> [Your task]: Some entries follow. Reproduce exactly the lines starting at the one with "extrude(amount=BOX018_DEPTH)" and stopping after the one with "add(cylinder009.part, mode=Mode.SUBTRACT)".

> [Provided information]:

□ □ □

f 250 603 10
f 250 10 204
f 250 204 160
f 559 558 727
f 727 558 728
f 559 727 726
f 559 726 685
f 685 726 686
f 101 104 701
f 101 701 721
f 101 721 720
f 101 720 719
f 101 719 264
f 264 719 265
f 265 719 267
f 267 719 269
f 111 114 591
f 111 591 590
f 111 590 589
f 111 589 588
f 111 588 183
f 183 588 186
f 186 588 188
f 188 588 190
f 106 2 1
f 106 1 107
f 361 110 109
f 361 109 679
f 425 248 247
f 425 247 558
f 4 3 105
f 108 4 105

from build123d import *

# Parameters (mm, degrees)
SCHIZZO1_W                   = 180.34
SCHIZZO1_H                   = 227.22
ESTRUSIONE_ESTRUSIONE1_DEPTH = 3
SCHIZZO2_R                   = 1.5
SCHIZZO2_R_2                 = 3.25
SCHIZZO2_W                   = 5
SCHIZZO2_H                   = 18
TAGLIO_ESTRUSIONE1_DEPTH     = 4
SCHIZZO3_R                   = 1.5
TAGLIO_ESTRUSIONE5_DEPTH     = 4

□ □ □

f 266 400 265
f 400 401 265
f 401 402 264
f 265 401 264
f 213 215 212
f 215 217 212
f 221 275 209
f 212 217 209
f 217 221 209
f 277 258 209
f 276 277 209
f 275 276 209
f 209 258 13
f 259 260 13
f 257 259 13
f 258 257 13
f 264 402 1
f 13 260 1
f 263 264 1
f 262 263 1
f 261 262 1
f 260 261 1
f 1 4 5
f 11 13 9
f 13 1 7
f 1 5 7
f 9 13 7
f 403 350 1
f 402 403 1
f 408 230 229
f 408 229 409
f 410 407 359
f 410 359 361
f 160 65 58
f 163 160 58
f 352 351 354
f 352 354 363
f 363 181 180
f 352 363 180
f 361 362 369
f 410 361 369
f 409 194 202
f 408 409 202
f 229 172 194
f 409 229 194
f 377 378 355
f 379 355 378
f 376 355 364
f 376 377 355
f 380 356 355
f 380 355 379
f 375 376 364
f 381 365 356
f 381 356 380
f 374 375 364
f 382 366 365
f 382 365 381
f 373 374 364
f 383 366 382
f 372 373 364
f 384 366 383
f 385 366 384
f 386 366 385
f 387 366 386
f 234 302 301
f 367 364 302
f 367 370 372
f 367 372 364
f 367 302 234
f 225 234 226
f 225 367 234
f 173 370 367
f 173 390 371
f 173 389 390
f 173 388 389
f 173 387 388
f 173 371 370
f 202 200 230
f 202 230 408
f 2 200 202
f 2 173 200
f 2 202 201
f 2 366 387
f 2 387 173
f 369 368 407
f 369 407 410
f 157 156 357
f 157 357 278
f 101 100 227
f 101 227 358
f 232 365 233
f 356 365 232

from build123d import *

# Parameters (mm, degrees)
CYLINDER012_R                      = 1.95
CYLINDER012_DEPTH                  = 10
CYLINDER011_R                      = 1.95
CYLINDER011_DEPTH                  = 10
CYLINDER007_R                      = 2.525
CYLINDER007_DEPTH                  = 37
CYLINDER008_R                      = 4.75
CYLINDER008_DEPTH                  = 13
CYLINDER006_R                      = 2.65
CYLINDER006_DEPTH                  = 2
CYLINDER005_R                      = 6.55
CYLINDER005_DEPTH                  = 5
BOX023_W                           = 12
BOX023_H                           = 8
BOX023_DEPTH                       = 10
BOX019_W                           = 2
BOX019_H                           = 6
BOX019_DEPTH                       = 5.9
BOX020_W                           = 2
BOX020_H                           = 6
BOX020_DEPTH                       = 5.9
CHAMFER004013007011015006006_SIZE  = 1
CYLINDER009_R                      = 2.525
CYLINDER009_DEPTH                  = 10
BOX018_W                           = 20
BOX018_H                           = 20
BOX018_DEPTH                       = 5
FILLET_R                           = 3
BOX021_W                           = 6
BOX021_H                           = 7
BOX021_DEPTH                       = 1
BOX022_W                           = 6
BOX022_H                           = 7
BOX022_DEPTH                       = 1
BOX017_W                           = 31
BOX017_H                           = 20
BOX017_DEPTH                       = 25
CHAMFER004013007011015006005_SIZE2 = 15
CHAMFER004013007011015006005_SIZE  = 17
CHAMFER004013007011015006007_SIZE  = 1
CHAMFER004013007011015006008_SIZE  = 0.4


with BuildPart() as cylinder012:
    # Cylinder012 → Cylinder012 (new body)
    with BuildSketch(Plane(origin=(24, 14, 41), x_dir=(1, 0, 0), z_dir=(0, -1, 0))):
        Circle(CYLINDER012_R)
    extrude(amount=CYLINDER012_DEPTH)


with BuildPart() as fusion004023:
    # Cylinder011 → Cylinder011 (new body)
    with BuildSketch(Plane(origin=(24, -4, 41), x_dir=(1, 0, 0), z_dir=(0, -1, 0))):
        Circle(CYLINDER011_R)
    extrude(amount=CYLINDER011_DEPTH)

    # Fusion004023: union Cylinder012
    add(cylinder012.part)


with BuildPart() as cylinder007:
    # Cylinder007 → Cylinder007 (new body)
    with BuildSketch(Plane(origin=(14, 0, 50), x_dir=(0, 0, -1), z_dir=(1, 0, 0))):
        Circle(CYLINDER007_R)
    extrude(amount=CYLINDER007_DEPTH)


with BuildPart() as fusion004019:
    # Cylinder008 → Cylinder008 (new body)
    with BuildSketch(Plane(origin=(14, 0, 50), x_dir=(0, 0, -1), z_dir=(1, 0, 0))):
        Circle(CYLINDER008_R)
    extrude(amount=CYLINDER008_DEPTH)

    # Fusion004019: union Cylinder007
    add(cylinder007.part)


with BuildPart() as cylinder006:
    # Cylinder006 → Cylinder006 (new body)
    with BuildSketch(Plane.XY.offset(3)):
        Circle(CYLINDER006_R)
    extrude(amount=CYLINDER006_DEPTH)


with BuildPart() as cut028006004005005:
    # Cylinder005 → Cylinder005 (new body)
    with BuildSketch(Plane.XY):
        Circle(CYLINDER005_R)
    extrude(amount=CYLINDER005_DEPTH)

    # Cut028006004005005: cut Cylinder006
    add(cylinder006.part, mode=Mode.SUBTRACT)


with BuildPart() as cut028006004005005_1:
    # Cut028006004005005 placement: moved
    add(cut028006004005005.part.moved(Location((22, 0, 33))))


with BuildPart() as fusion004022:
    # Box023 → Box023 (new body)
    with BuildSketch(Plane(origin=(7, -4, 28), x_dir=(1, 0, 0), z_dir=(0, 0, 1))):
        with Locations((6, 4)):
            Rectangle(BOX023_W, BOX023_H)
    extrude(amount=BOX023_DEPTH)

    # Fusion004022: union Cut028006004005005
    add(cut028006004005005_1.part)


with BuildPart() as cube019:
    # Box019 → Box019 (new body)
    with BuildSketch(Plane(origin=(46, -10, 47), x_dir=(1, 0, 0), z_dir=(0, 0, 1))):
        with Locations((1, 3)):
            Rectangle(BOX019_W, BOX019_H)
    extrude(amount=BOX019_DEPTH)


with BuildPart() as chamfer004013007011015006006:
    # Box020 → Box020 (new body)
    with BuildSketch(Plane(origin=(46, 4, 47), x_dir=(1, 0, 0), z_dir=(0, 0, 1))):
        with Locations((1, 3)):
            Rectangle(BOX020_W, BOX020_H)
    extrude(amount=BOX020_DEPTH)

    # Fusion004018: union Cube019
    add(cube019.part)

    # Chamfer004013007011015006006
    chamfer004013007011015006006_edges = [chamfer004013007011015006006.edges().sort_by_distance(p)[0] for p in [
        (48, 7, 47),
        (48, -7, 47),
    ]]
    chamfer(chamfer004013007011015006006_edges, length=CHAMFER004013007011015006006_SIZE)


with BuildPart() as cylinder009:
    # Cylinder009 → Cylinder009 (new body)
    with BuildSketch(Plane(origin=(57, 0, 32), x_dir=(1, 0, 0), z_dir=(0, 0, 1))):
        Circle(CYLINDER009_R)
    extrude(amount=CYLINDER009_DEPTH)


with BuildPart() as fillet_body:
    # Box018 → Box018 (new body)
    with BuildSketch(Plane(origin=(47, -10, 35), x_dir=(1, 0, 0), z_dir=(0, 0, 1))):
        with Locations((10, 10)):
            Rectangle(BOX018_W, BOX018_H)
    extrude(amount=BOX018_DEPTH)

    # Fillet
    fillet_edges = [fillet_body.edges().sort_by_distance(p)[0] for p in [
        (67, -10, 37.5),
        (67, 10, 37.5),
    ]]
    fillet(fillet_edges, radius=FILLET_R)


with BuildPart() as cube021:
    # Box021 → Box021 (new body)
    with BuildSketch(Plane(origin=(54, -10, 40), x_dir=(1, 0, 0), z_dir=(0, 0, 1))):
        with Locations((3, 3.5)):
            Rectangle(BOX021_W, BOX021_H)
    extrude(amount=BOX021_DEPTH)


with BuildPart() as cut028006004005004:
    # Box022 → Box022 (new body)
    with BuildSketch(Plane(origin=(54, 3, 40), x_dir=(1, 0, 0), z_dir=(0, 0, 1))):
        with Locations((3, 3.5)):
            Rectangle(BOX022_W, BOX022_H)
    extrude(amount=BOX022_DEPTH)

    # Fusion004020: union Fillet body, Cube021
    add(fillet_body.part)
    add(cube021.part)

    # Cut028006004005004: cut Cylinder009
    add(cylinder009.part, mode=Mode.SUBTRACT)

□ □ □

> [Solution]:
    extrude(amount=BOX018_DEPTH)

    # Fillet
    fillet_edges = [fillet_body.edges().sort_by_distance(p)[0] for p in [
        (67, -10, 37.5),
        (67, 10, 37.5),
    ]]
    fillet(fillet_edges, radius=FILLET_R)


with BuildPart() as cube021:
    # Box021 → Box021 (new body)
    with BuildSketch(Plane(origin=(54, -10, 40), x_dir=(1, 0, 0), z_dir=(0, 0, 1))):
        with Locations((3, 3.5)):
            Rectangle(BOX021_W, BOX021_H)
    extrude(amount=BOX021_DEPTH)


with BuildPart() as cut028006004005004:
    # Box022 → Box022 (new body)
    with BuildSketch(Plane(origin=(54, 3, 40), x_dir=(1, 0, 0), z_dir=(0, 0, 1))):
        with Locations((3, 3.5)):
            Rectangle(BOX022_W, BOX022_H)
    extrude(amount=BOX022_DEPTH)

    # Fusion004020: union Fillet body, Cube021
    add(fillet_body.part)
    add(cube021.part)

    # Cut028006004005004: cut Cylinder009
    add(cylinder009.part, mode=Mode.SUBTRACT)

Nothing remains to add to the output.